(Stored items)
★ ★ ★ ★

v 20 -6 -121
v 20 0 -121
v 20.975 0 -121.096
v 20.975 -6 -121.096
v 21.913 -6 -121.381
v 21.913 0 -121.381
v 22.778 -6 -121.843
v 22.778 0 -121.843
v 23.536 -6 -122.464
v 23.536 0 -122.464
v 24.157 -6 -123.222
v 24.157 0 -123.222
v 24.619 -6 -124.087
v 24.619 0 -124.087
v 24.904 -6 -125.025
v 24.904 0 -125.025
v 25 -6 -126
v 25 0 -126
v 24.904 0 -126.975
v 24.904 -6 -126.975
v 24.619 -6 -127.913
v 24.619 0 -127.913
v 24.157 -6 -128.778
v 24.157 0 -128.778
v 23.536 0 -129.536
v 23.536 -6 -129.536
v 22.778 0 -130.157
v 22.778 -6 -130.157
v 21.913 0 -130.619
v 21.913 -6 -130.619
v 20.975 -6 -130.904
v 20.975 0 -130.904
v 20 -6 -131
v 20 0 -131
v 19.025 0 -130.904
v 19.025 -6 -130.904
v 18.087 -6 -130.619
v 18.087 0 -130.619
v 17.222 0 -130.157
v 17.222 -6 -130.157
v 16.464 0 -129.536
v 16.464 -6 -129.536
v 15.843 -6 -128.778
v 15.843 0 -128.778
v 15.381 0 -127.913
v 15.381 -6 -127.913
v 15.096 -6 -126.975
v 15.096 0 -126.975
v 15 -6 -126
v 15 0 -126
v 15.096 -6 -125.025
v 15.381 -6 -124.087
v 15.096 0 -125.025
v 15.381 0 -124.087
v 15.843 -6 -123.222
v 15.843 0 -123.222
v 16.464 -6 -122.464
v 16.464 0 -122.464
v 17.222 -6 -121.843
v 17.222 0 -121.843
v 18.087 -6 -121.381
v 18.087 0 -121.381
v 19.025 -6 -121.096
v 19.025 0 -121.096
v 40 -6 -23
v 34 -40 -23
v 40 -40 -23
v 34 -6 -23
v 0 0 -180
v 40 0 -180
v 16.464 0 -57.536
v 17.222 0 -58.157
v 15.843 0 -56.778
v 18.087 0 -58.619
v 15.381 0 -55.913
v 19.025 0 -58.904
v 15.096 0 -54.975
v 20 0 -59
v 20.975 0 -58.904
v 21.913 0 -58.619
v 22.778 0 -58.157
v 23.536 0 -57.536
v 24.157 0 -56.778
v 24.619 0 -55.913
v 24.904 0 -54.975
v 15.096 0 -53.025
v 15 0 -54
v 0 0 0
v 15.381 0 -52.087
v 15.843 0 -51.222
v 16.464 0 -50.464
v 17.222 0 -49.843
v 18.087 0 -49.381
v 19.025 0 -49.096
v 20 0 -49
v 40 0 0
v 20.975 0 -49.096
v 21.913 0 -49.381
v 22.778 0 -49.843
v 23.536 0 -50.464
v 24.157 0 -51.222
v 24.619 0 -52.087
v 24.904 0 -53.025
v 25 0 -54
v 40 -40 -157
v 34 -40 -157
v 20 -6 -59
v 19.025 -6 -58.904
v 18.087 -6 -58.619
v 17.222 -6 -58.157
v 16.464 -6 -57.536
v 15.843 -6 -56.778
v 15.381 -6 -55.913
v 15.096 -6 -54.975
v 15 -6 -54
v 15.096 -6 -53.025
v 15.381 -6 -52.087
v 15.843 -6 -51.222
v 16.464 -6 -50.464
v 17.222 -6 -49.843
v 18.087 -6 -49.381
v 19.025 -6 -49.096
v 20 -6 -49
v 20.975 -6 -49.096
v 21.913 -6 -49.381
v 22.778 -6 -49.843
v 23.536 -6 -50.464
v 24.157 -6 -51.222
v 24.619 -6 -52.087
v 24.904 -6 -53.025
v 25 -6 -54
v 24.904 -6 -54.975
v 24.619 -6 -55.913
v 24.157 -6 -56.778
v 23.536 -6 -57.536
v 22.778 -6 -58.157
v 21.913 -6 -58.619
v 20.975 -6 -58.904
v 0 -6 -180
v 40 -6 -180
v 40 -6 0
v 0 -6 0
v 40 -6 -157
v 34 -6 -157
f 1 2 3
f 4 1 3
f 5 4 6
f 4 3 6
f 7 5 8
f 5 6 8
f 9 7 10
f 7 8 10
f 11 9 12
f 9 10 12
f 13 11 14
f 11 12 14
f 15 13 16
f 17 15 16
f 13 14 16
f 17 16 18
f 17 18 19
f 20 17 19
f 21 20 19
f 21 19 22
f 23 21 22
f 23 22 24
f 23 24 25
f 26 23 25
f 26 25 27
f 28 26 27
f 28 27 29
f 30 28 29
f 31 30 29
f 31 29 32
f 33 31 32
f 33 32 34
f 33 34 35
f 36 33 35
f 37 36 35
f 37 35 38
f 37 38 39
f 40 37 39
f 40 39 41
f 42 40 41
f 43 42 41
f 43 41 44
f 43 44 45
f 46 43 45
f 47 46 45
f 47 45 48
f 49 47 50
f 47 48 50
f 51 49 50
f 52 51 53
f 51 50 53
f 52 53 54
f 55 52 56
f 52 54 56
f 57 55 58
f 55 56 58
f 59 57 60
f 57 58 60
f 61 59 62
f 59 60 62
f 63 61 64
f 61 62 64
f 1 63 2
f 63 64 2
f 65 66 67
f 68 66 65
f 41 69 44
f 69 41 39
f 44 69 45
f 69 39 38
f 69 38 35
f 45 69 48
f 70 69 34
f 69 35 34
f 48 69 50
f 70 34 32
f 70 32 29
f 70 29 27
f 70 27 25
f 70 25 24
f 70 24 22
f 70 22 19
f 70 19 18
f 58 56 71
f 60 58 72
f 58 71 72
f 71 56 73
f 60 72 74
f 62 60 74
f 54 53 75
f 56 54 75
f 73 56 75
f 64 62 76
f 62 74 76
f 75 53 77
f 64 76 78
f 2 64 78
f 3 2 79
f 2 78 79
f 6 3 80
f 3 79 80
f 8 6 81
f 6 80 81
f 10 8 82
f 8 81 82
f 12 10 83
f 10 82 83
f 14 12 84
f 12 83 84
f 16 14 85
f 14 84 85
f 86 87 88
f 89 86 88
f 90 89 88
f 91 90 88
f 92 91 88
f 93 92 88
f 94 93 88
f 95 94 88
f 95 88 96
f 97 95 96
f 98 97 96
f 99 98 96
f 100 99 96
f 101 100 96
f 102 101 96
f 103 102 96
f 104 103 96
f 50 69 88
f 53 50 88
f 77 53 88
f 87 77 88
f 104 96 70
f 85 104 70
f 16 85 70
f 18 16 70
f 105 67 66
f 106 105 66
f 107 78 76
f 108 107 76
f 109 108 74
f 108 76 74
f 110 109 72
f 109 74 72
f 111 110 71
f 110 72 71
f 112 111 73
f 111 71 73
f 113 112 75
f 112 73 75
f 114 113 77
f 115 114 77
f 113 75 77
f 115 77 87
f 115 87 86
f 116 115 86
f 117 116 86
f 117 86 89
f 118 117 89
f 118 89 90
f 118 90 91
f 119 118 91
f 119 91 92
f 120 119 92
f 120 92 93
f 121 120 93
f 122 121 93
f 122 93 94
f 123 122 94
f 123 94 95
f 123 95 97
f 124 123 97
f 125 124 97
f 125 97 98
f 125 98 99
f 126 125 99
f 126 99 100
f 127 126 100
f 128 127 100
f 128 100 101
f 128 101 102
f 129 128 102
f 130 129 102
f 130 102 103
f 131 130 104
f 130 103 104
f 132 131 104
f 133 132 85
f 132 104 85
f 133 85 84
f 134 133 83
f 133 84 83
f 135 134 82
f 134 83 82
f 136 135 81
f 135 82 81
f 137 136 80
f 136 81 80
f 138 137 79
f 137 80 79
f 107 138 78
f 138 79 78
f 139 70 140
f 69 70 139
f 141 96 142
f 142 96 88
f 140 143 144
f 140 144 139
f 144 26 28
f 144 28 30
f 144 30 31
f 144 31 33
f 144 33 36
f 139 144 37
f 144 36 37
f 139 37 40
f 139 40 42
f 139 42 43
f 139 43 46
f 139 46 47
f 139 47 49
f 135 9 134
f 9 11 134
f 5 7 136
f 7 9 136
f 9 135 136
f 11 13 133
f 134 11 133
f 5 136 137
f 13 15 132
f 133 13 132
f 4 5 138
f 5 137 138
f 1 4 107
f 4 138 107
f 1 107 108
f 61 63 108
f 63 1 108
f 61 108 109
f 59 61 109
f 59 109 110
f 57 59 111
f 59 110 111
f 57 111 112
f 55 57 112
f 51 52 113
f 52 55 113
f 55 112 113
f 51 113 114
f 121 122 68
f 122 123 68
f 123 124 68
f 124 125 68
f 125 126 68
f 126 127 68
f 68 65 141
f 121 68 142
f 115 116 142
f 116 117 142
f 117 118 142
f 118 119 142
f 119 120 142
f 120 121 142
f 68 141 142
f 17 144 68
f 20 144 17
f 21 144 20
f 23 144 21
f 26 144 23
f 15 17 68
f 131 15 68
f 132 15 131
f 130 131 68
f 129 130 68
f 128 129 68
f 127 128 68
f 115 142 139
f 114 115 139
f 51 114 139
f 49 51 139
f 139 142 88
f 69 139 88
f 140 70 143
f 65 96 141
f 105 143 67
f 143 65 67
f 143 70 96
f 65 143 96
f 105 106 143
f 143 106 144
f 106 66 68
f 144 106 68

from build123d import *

# Parameters (mm, degrees)
BOSS_EXTRUDE1_DEPTH = 180
SKETCH2_W           = 23
SKETCH2_H           = 34
CUT_EXTRUDE1_DEPTH  = 200
SKETCH3_R           = 5
CUT_EXTRUDE2_DEPTH  = 200


with BuildPart() as part:
    # Sketch1 → Boss-Extrude1 (new body)
    with BuildSketch(Plane.XY):
        Polygon((0, 0), (40, 0), (40, -40), (34, -40), (34, -6), (0, -6), align=None)
    extrude(amount=-BOSS_EXTRUDE1_DEPTH)

    # Sketch2 → Cut-Extrude1 (cut)
    with BuildSketch(Plane.ZY.offset(-34)):
        with Locations((-11.5, -23)):
            Rectangle(SKETCH2_W, SKETCH2_H)
        with Locations((-168.5, -23)):
            Rectangle(SKETCH2_W, SKETCH2_H)
    extrude(amount=-CUT_EXTRUDE1_DEPTH, mode=Mode.SUBTRACT)

    # Sketch3 → Cut-Extrude2 (cut)
    with BuildSketch(Plane(origin=(0, 0, 0), x_dir=(1, 0, 0), z_dir=(0, 1, 0))):
        with Locations(Location((20, 126, 0), (0, 0, 270))):
            Circle(SKETCH3_R)
        with Locations(Location((20, 54, 0), (0, 0, 90))):
            Circle(SKETCH3_R)
    extrude(amount=-CUT_EXTRUDE2_DEPTH, mode=Mode.SUBTRACT)


solid = part.part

★ ★ ★ ★

WORK REQUIRED: The entries above hold a line with "v 24.619 0 -52.087" and a later line with "f 105 67 66". Write out exactly those lines and all lines between, nothing more.

RESPONSE FOR THIS EXERCISE:
v 24.619 0 -52.087
v 24.904 0 -53.025
v 25 0 -54
v 40 -40 -157
v 34 -40 -157
v 20 -6 -59
v 19.025 -6 -58.904
v 18.087 -6 -58.619
v 17.222 -6 -58.157
v 16.464 -6 -57.536
v 15.843 -6 -56.778
v 15.381 -6 -55.913
v 15.096 -6 -54.975
v 15 -6 -54
v 15.096 -6 -53.025
v 15.381 -6 -52.087
v 15.843 -6 -51.222
v 16.464 -6 -50.464
v 17.222 -6 -49.843
v 18.087 -6 -49.381
v 19.025 -6 -49.096
v 20 -6 -49
v 20.975 -6 -49.096
v 21.913 -6 -49.381
v 22.778 -6 -49.843
v 23.536 -6 -50.464
v 24.157 -6 -51.222
v 24.619 -6 -52.087
v 24.904 -6 -53.025
v 25 -6 -54
v 24.904 -6 -54.975
v 24.619 -6 -55.913
v 24.157 -6 -56.778
v 23.536 -6 -57.536
v 22.778 -6 -58.157
v 21.913 -6 -58.619
v 20.975 -6 -58.904
v 0 -6 -180
v 40 -6 -180
v 40 -6 0
v 0 -6 0
v 40 -6 -157
v 34 -6 -157
f 1 2 3
f 4 1 3
f 5 4 6
f 4 3 6
f 7 5 8
f 5 6 8
f 9 7 10
f 7 8 10
f 11 9 12
f 9 10 12
f 13 11 14
f 11 12 14
f 15 13 16
f 17 15 16
f 13 14 16
f 17 16 18
f 17 18 19
f 20 17 19
f 21 20 19
f 21 19 22
f 23 21 22
f 23 22 24
f 23 24 25
f 26 23 25
f 26 25 27
f 28 26 27
f 28 27 29
f 30 28 29
f 31 30 29
f 31 29 32
f 33 31 32
f 33 32 34
f 33 34 35
f 36 33 35
f 37 36 35
f 37 35 38
f 37 38 39
f 40 37 39
f 40 39 41
f 42 40 41
f 43 42 41
f 43 41 44
f 43 44 45
f 46 43 45
f 47 46 45
f 47 45 48
f 49 47 50
f 47 48 50
f 51 49 50
f 52 51 53
f 51 50 53
f 52 53 54
f 55 52 56
f 52 54 56
f 57 55 58
f 55 56 58
f 59 57 60
f 57 58 60
f 61 59 62
f 59 60 62
f 63 61 64
f 61 62 64
f 1 63 2
f 63 64 2
f 65 66 67
f 68 66 65
f 41 69 44
f 69 41 39
f 44 69 45
f 69 39 38
f 69 38 35
f 45 69 48
f 70 69 34
f 69 35 34
f 48 69 50
f 70 34 32
f 70 32 29
f 70 29 27
f 70 27 25
f 70 25 24
f 70 24 22
f 70 22 19
f 70 19 18
f 58 56 71
f 60 58 72
f 58 71 72
f 71 56 73
f 60 72 74
f 62 60 74
f 54 53 75
f 56 54 75
f 73 56 75
f 64 62 76
f 62 74 76
f 75 53 77
f 64 76 78
f 2 64 78
f 3 2 79
f 2 78 79
f 6 3 80
f 3 79 80
f 8 6 81
f 6 80 81
f 10 8 82
f 8 81 82
f 12 10 83
f 10 82 83
f 14 12 84
f 12 83 84
f 16 14 85
f 14 84 85
f 86 87 88
f 89 86 88
f 90 89 88
f 91 90 88
f 92 91 88
f 93 92 88
f 94 93 88
f 95 94 88
f 95 88 96
f 97 95 96
f 98 97 96
f 99 98 96
f 100 99 96
f 101 100 96
f 102 101 96
f 103 102 96
f 104 103 96
f 50 69 88
f 53 50 88
f 77 53 88
f 87 77 88
f 104 96 70
f 85 104 70
f 16 85 70
f 18 16 70
f 105 67 66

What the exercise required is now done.